▶ WHAT YOU NEED TO DO: Transcribe the data exactly, stopping after the "e10 v11 v10 LINE" line.

▶ Saved data entries:
•••

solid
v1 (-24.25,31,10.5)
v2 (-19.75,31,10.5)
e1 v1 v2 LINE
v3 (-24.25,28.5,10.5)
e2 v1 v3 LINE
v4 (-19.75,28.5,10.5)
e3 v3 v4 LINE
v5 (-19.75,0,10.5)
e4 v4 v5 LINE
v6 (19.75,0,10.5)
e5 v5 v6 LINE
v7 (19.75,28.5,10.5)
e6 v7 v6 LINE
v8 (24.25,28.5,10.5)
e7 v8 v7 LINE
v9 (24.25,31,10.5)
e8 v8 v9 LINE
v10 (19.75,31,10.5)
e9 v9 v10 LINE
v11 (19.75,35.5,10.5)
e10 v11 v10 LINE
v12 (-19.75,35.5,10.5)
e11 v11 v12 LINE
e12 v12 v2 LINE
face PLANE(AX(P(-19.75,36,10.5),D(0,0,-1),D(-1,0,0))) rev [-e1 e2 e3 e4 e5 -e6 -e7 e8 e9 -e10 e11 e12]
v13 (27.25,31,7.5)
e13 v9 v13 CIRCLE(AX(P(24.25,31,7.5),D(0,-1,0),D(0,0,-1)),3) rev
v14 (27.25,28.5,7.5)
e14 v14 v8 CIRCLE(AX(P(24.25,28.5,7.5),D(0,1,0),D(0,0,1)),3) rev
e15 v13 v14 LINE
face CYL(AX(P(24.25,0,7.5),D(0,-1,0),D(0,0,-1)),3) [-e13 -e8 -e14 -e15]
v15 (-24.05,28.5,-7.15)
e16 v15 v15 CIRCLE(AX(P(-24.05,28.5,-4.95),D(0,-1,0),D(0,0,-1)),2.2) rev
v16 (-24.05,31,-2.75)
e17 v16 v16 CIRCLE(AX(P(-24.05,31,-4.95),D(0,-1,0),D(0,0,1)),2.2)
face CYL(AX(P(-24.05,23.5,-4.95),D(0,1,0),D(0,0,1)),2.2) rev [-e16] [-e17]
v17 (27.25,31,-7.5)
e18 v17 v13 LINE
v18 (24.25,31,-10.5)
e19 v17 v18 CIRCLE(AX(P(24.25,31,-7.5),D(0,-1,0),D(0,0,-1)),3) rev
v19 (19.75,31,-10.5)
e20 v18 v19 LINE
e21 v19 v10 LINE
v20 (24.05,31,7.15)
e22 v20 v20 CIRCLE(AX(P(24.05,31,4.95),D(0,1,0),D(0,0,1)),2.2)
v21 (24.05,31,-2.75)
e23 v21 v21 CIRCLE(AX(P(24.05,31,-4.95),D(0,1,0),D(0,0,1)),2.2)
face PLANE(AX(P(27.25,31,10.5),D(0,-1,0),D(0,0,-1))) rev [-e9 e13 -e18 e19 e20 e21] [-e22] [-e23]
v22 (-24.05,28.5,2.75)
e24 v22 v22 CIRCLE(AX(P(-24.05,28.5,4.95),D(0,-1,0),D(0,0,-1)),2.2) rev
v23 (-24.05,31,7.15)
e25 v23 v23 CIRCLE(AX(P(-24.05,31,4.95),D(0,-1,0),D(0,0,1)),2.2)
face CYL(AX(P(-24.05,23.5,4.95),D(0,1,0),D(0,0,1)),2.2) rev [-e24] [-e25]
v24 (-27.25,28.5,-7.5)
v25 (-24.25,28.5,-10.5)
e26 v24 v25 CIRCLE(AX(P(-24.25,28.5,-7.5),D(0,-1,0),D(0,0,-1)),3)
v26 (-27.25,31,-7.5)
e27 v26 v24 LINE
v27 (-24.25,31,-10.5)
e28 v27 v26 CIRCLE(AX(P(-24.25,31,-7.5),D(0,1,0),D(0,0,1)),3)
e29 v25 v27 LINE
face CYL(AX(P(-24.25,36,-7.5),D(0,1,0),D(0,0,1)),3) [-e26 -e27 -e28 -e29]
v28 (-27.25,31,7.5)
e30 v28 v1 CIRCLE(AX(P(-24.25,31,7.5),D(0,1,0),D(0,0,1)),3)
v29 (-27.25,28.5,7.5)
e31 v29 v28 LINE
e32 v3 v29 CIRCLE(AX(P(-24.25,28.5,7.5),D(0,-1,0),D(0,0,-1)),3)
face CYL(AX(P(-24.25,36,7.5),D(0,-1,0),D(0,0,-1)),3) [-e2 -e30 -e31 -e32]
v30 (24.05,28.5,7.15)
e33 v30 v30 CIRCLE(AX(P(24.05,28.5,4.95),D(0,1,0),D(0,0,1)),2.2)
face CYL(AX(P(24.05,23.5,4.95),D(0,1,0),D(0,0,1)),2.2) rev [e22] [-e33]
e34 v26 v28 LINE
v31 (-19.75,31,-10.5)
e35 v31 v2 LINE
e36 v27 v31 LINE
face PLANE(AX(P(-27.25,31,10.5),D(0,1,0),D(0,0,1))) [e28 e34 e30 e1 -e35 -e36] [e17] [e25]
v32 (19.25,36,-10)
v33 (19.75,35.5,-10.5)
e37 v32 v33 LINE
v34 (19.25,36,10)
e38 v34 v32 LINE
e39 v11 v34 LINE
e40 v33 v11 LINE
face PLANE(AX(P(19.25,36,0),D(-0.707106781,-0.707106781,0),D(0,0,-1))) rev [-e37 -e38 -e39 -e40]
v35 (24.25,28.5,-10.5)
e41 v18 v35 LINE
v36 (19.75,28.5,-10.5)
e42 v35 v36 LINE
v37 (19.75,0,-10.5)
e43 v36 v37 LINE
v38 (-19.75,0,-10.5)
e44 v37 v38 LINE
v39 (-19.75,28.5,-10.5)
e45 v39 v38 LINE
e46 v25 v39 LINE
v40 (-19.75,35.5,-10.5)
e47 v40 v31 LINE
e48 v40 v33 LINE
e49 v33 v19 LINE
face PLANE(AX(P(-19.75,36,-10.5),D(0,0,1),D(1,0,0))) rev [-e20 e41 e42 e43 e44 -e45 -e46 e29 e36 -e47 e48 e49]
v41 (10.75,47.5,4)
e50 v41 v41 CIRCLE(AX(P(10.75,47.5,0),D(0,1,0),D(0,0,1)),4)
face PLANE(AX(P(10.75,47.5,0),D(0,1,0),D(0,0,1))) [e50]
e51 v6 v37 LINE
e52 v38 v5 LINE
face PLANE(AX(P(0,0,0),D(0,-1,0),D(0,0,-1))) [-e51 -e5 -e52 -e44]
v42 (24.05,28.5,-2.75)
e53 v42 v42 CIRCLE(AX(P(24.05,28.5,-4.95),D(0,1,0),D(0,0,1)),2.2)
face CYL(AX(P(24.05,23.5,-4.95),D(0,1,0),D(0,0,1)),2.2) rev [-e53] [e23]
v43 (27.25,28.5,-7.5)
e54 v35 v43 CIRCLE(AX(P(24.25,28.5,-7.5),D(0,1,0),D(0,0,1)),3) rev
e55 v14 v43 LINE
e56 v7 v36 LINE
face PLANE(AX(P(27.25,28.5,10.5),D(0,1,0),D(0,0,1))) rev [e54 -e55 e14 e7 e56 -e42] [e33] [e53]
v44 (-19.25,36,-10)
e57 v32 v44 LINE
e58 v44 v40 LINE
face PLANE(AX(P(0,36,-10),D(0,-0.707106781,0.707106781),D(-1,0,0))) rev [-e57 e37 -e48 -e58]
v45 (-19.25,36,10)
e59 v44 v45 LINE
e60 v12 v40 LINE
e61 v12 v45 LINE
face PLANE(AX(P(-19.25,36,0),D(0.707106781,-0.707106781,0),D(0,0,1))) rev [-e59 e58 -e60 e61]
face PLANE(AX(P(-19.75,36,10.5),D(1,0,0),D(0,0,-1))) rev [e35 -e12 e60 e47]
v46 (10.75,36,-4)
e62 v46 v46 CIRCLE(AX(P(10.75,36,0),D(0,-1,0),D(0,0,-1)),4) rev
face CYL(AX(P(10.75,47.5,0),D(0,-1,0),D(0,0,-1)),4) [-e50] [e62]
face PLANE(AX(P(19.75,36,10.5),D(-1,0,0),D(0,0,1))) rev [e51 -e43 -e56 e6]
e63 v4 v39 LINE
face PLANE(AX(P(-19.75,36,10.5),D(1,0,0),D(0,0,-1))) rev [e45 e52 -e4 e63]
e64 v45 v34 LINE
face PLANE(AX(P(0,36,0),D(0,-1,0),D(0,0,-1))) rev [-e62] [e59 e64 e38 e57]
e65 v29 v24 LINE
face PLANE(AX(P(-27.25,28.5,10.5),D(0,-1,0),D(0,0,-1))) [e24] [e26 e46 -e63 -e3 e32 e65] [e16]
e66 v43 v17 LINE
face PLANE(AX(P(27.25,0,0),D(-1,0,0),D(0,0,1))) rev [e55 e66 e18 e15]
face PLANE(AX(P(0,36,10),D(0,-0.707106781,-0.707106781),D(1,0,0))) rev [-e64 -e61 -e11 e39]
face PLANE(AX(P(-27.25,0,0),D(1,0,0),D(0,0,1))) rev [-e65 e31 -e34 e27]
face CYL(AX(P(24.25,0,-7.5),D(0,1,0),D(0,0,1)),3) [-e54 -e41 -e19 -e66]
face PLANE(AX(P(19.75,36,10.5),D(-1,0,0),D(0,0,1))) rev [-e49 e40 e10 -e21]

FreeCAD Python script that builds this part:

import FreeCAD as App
import Part
import Sketcher
from FreeCAD import Vector


def edges_at(feature, points):
    """Names of the edges that pass closest to the given points."""
    edges = feature.Shape.Edges
    near = lambda p: min(range(len(edges)), key=lambda i: edges[i].distToShape(Part.Vertex(*p))[0])
    return sorted({f"Edge{near(p) + 1}" for p in points})


def add_polygon(sketch, points):
    """Adds a closed chain of lines whose ends are joined by coincident constraints."""
    first, n = sketch.GeometryCount, len(points)
    for a, b in zip(points, points[1:] + points[:1]):
        sketch.addGeometry(Part.LineSegment(App.Vector(*a, 0), App.Vector(*b, 0)), False)
    for i in range(n):
        sketch.addConstraint(Sketcher.Constraint("Coincident", first + i, 2, first + (i + 1) % n, 1))

doc = App.newDocument("Part")
body = doc.addObject("PartDesign::Body", "Body")

sketch1 = body.newObject("Sketcher::SketchObject", "Sketch")
sketch1.AttachmentSupport = (doc.getObject("XZ_Plane"), [""])
sketch1.MapMode = "FlatFace"
add_polygon(sketch1, [(-20, -10), (-20, 10), (20, 10), (20, -10)])
sketch1.addConstraint(Sketcher.Constraint("Vertical", 0))
sketch1.addConstraint(Sketcher.Constraint("Horizontal", 1))
sketch1.addConstraint(Sketcher.Constraint("Vertical", 2))
sketch1.addConstraint(Sketcher.Constraint("Horizontal", 3))
sketch1.addConstraint(Sketcher.Constraint("Symmetric", 0, 2, 2, 2, -1, 1))
sketch1.addConstraint(Sketcher.Constraint("DistanceY", 0, 1, 0, 2, 21.0))
sketch1.addConstraint(Sketcher.Constraint("DistanceX", 1, 1, 1, 2, 39.5))
pad1 = body.newObject("PartDesign::Pad", "Pad")
pad1.Profile = sketch1
pad1.Length = 36
pad1.Reversed = True

sketch2 = body.newObject("Sketcher::SketchObject", "Sketch001")
sketch2.AttachmentSupport = (doc.getObject("XZ_Plane"), [""])
sketch2.MapMode = "FlatFace"
sketch2.AttachmentOffset = App.Placement(Vector(0, 0, -36), App.Rotation())
sketch2.addGeometry(Part.Circle(Vector(10.8, 0, 0), Vector(0, 0, 1), 4), False)
sketch2.addConstraint(Sketcher.Constraint("PointOnObject", 0, 3, -1))
sketch2.addConstraint(Sketcher.Constraint("Diameter", 0, 8.0))
sketch2.addConstraint(Sketcher.Constraint("DistanceX", -1, 1, 0, 3, 10.75))
pad2 = body.newObject("PartDesign::Pad", "Pad001")
pad2.Profile = sketch2
pad2.Length = 11.5
pad2.Reversed = True

sketch3 = body.newObject("Sketcher::SketchObject", "Sketch002")
sketch3.AttachmentSupport = (doc.getObject("YZ_Plane"), [""])
sketch3.MapMode = "FlatFace"
sketch3.AttachmentOffset = App.Placement(Vector(0, 0, 19.75), App.Rotation())
add_polygon(sketch3, [(31, 10.5), (28.5, 10.5), (28.5, -10.5), (31, -10.5)])
sketch3.addConstraint(Sketcher.Constraint("Horizontal", 0))
sketch3.addConstraint(Sketcher.Constraint("Vertical", 1))
sketch3.addConstraint(Sketcher.Constraint("Horizontal", 2))
sketch3.addConstraint(Sketcher.Constraint("Vertical", 3))
sketch3.addConstraint(Sketcher.Constraint("DistanceY", 1, 2, 1, 1, 21.0))
sketch3.addConstraint(Sketcher.Constraint("DistanceX", 0, 2, 0, 1, 2.5))
sketch3.addConstraint(Sketcher.Constraint("DistanceX", -1, 1, 2, 2, 31.0))
sketch3.addConstraint(Sketcher.Constraint("DistanceY", -1, 1, 0, 2, 10.5))
pad3 = body.newObject("PartDesign::Pad", "Pad002")
pad3.Profile = sketch3
pad3.Length = 7.5

sketch4 = body.newObject("Sketcher::SketchObject", "Sketch003")
sketch4.AttachmentSupport = (doc.getObject("XZ_Plane"), [""])
sketch4.MapMode = "FlatFace"
sketch4.AttachmentOffset = App.Placement(Vector(0, 0, -31), App.Rotation())
sketch4.addGeometry(Part.Circle(Vector(24.1, -5, 0), Vector(0, 0, 1), 2.2), False)
sketch4.addGeometry(Part.Circle(Vector(24.1, 5, 0), Vector(0, 0, 1), 2.2), False)
sketch4.addConstraint(Sketcher.Constraint("Equal", 0, 1))
sketch4.addConstraint(Sketcher.Constraint("Symmetric", 0, 3, 1, 3, -1))
sketch4.addConstraint(Sketcher.Constraint("Diameter", 0, 4.4))
sketch4.addConstraint(Sketcher.Constraint("DistanceY", 0, 3, 1, 3, 9.9))
sketch4.addConstraint(Sketcher.Constraint("DistanceX", -1, 1, 0, 3, 24.05))
pocket1 = body.newObject("PartDesign::Pocket", "Pocket")
pocket1.Profile = sketch4
pocket1.Length = 7.5
pocket1.Reversed = True
doc.recompute()

fillet = body.newObject("PartDesign::Fillet", "Fillet")
fillet.Base = (pocket1, edges_at(pocket1, [(27.25, 29.75, 10.5), (27.25, 29.75, -10.5)]))
fillet.Radius = 3
doc.recompute()

mirrored = body.newObject("PartDesign::Mirrored", "Mirrored")
mirrored.Originals = [pad3, pocket1]
mirrored.MirrorPlane = (doc.getObject("YZ_Plane"), [""])
body.Tip = mirrored
doc.recompute()

fillet2 = body.newObject("PartDesign::Fillet", "Fillet001")
fillet2.Base = (mirrored, edges_at(mirrored, [(-27.25, 29.75, 10.5), (-27.25, 29.75, -10.5)]))
fillet2.Radius = 3
doc.recompute()

chamfer = body.newObject("PartDesign::Chamfer", "Chamfer")
chamfer.Base = (fillet2, edges_at(fillet2, [
    (-19.75, 36, 0),
    (0, 36, 10.5),
    (19.75, 36, 0),
    (0, 36, -10.5),
]))
chamfer.Size = 0.5

doc.recompute()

•••

▶ EXERCISE RESPONSE:
solid
v1 (-24.25,31,10.5)
v2 (-19.75,31,10.5)
e1 v1 v2 LINE
v3 (-24.25,28.5,10.5)
e2 v1 v3 LINE
v4 (-19.75,28.5,10.5)
e3 v3 v4 LINE
v5 (-19.75,0,10.5)
e4 v4 v5 LINE
v6 (19.75,0,10.5)
e5 v5 v6 LINE
v7 (19.75,28.5,10.5)
e6 v7 v6 LINE
v8 (24.25,28.5,10.5)
e7 v8 v7 LINE
v9 (24.25,31,10.5)
e8 v8 v9 LINE
v10 (19.75,31,10.5)
e9 v9 v10 LINE
v11 (19.75,35.5,10.5)
e10 v11 v10 LINE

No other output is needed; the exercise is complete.